My ability to hop into the dream wagon and my strength to take the wheel has never felt so damn good and so damn RIGHT. Towards the end of my camping trip, I just sat at my dinette table and looked out the window. I closed my eyes and took a deep breath. I told myself what I needed to tell myself for 37 years. “You have what it takes to feel this free, recharged and accomplished back at home in your normal everyday life. Not just at camping anymore.” Things are shifting in the direction that I have always dreamed up. So, I need to take ahold this and NOT LET GO!
The last night of the camping trip, my family and I were all sitting around the campfire that my husband Jason and my cousin Steve were creating. Watching the fire beam and hearing the crackling of the logs was so therapeutic. I was sitting next to a good family friend, Rick and we were chatting away about life, our demons we fought through and the future. Then he asked me a question that I needed to answer…for myself. He asked me, “When did you realize that you wanted to be a writer?” I sat there and told him the story of when I was in the 3rd grade and my teacher, Mrs. Peterson pulled me aside before recess to inform me that she loved my short story I wrote and asked me if I ever thought about writing poems. That’s when my writing took off. I continued to tell him that writing has been a huge part of me, my constant healer, motivator and mentor. There is nothing in this world that cures me like writing.

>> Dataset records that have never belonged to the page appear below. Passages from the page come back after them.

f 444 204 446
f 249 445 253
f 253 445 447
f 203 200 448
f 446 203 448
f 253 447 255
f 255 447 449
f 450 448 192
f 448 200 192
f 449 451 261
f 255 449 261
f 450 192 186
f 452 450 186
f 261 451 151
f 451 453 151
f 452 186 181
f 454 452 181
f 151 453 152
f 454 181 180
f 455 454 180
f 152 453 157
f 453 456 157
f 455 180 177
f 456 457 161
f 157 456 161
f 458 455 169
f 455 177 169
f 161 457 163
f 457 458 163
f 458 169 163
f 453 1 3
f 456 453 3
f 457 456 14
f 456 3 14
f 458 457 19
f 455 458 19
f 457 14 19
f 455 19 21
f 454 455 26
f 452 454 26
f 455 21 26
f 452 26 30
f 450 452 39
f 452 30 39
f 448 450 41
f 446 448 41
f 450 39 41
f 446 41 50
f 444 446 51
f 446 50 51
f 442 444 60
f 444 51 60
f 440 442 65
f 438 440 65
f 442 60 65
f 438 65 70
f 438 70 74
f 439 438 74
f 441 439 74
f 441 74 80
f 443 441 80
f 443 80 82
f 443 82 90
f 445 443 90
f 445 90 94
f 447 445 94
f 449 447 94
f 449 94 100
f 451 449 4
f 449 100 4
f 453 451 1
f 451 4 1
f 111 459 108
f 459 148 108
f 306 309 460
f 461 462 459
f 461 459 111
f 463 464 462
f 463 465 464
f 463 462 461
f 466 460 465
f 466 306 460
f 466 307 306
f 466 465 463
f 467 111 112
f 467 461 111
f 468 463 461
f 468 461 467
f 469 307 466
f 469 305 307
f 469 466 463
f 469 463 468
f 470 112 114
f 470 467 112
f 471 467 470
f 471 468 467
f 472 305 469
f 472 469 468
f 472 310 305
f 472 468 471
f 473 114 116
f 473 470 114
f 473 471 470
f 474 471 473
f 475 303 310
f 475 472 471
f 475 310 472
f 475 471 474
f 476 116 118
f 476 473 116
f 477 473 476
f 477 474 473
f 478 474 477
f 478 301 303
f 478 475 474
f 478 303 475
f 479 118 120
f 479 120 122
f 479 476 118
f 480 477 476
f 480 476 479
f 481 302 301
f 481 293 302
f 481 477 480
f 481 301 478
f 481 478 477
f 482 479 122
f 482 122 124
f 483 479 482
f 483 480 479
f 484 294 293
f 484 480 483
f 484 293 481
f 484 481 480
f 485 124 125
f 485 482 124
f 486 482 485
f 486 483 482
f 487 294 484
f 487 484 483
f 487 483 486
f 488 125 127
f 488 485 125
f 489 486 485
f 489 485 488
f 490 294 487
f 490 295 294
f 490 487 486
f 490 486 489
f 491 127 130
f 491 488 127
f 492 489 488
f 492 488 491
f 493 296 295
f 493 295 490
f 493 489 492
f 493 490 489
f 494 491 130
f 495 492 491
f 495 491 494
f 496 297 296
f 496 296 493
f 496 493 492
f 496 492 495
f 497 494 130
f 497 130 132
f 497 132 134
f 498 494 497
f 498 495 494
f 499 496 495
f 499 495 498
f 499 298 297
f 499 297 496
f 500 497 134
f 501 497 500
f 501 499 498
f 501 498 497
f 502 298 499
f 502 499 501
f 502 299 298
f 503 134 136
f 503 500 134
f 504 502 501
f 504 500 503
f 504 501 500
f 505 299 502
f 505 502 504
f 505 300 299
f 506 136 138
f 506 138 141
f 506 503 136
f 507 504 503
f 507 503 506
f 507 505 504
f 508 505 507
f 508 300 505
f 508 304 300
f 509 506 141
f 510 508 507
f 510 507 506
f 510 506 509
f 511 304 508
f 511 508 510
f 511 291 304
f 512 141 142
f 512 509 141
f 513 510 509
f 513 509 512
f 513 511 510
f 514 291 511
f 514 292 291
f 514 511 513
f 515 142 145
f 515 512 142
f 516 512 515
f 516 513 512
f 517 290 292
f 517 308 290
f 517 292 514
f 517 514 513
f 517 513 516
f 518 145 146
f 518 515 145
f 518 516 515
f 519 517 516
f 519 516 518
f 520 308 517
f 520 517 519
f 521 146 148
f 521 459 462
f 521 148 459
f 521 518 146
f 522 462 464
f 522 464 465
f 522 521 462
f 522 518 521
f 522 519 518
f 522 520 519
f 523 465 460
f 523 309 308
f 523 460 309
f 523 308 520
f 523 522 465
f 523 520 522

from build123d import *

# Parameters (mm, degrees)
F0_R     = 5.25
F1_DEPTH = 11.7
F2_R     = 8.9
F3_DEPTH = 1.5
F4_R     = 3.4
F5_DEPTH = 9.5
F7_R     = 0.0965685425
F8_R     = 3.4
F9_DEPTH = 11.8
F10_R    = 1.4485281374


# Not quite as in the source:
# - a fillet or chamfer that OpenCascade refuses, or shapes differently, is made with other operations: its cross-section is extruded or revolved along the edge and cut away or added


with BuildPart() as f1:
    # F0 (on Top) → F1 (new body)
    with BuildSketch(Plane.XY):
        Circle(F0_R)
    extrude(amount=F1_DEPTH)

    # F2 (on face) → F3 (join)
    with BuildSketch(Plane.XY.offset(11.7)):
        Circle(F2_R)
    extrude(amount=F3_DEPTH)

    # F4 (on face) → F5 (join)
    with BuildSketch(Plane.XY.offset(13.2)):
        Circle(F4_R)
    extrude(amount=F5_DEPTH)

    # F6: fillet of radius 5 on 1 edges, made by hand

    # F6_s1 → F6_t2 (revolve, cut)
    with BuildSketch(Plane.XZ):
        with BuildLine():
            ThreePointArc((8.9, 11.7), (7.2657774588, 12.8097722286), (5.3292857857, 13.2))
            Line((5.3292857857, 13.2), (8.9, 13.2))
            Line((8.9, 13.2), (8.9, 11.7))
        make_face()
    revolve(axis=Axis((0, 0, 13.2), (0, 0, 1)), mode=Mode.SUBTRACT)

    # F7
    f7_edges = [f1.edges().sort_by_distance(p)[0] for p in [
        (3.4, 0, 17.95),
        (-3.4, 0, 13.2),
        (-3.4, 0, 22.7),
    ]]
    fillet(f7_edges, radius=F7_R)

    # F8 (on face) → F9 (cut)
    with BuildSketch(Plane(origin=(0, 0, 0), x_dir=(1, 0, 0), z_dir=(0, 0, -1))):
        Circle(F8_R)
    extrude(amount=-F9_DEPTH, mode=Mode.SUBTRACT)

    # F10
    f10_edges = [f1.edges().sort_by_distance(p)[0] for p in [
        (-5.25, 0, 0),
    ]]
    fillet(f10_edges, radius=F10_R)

As I was opening up to Rick and telling him my life story of my writing, I starting to really listen to myself. The truth is, even though I love to write, I was so scared of allowing myself to be so open with the world and share my writing. “But why?” I asked myself. “Why are you so scared? You have concurred addiction, lost a ton of weight and you are finally thinking of yourself because you know what you are capable of. Why are you still so scared?” Those words went through my head over and over again until I finally answered myself. “I’m not scared. I’m finally free. I was locked down by my additions and demons for so long that I gave up. But not anymore.” I was so proud of myself for finally admitting that.

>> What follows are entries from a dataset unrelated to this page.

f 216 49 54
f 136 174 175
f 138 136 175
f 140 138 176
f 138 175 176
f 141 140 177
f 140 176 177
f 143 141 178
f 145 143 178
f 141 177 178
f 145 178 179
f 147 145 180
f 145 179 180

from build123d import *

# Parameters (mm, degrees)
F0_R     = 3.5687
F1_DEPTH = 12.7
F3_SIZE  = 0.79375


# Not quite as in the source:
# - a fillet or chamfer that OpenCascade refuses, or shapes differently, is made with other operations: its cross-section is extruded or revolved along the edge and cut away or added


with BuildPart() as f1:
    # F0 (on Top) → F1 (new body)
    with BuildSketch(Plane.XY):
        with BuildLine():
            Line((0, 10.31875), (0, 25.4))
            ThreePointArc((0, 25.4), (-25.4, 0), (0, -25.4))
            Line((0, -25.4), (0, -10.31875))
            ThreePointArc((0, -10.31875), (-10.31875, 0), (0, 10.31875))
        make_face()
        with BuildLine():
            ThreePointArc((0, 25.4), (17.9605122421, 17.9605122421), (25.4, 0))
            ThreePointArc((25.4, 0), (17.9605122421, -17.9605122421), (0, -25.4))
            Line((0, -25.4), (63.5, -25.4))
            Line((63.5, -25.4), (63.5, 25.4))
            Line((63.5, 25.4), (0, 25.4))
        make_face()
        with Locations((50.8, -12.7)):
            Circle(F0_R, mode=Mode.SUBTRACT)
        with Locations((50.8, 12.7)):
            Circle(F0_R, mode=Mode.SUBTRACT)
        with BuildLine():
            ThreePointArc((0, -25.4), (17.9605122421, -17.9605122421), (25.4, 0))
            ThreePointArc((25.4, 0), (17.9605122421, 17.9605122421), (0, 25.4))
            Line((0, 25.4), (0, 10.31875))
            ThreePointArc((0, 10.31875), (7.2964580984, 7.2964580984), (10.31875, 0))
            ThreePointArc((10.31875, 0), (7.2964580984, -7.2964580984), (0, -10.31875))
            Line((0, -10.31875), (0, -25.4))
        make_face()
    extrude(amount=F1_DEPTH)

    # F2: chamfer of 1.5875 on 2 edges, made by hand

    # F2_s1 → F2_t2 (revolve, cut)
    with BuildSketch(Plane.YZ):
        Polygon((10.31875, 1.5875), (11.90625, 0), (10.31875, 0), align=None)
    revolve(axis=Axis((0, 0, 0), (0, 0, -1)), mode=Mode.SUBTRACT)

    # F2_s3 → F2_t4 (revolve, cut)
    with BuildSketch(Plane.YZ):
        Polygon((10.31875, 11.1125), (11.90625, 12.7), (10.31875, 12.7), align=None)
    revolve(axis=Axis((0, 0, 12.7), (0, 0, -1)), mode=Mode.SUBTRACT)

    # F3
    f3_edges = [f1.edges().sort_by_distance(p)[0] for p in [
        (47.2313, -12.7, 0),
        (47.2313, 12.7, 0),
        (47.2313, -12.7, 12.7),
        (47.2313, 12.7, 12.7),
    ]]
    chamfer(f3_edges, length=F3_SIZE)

Whether you are camping, sitting in your back yard, your patio, or your favorite look out spot in your hometown, remember this…YOU GOT WHAT IT TAKES! It’s so easy to down yourself especially when you have been doing it for so long. It becomes so natural so try this…create your new normal by finally believing in yourself. Finally believe that those dreams in you that are begging to be set free can not only be set free, but brought to life. Don’t allow the haters, doubter and bullies to have that power. Only you hold that power. There is no greater power than the power of believing in yourself. Put yourself first. If that means that you move on to something bigger and greater so you can move even an inch closer to your dreams, then do it. It’s your life, not theirs so why give them the right to control you? Wake up each morning and repeat this, “I got this!” Because you do. Remember that the haters will always hate, and the doubters will always doubt, but that’s their problem. That’s what they have to live with every day, not you. You have what it takes to fly. So fly, my friend. Fly so high that they get blinded by the sun because at the end of the day, it’s your journey, not theirs.
This camping trip brought me back to life. It opened my eyes to see that the life I want to live is right in front of me and that it’s not as far away as I once feared.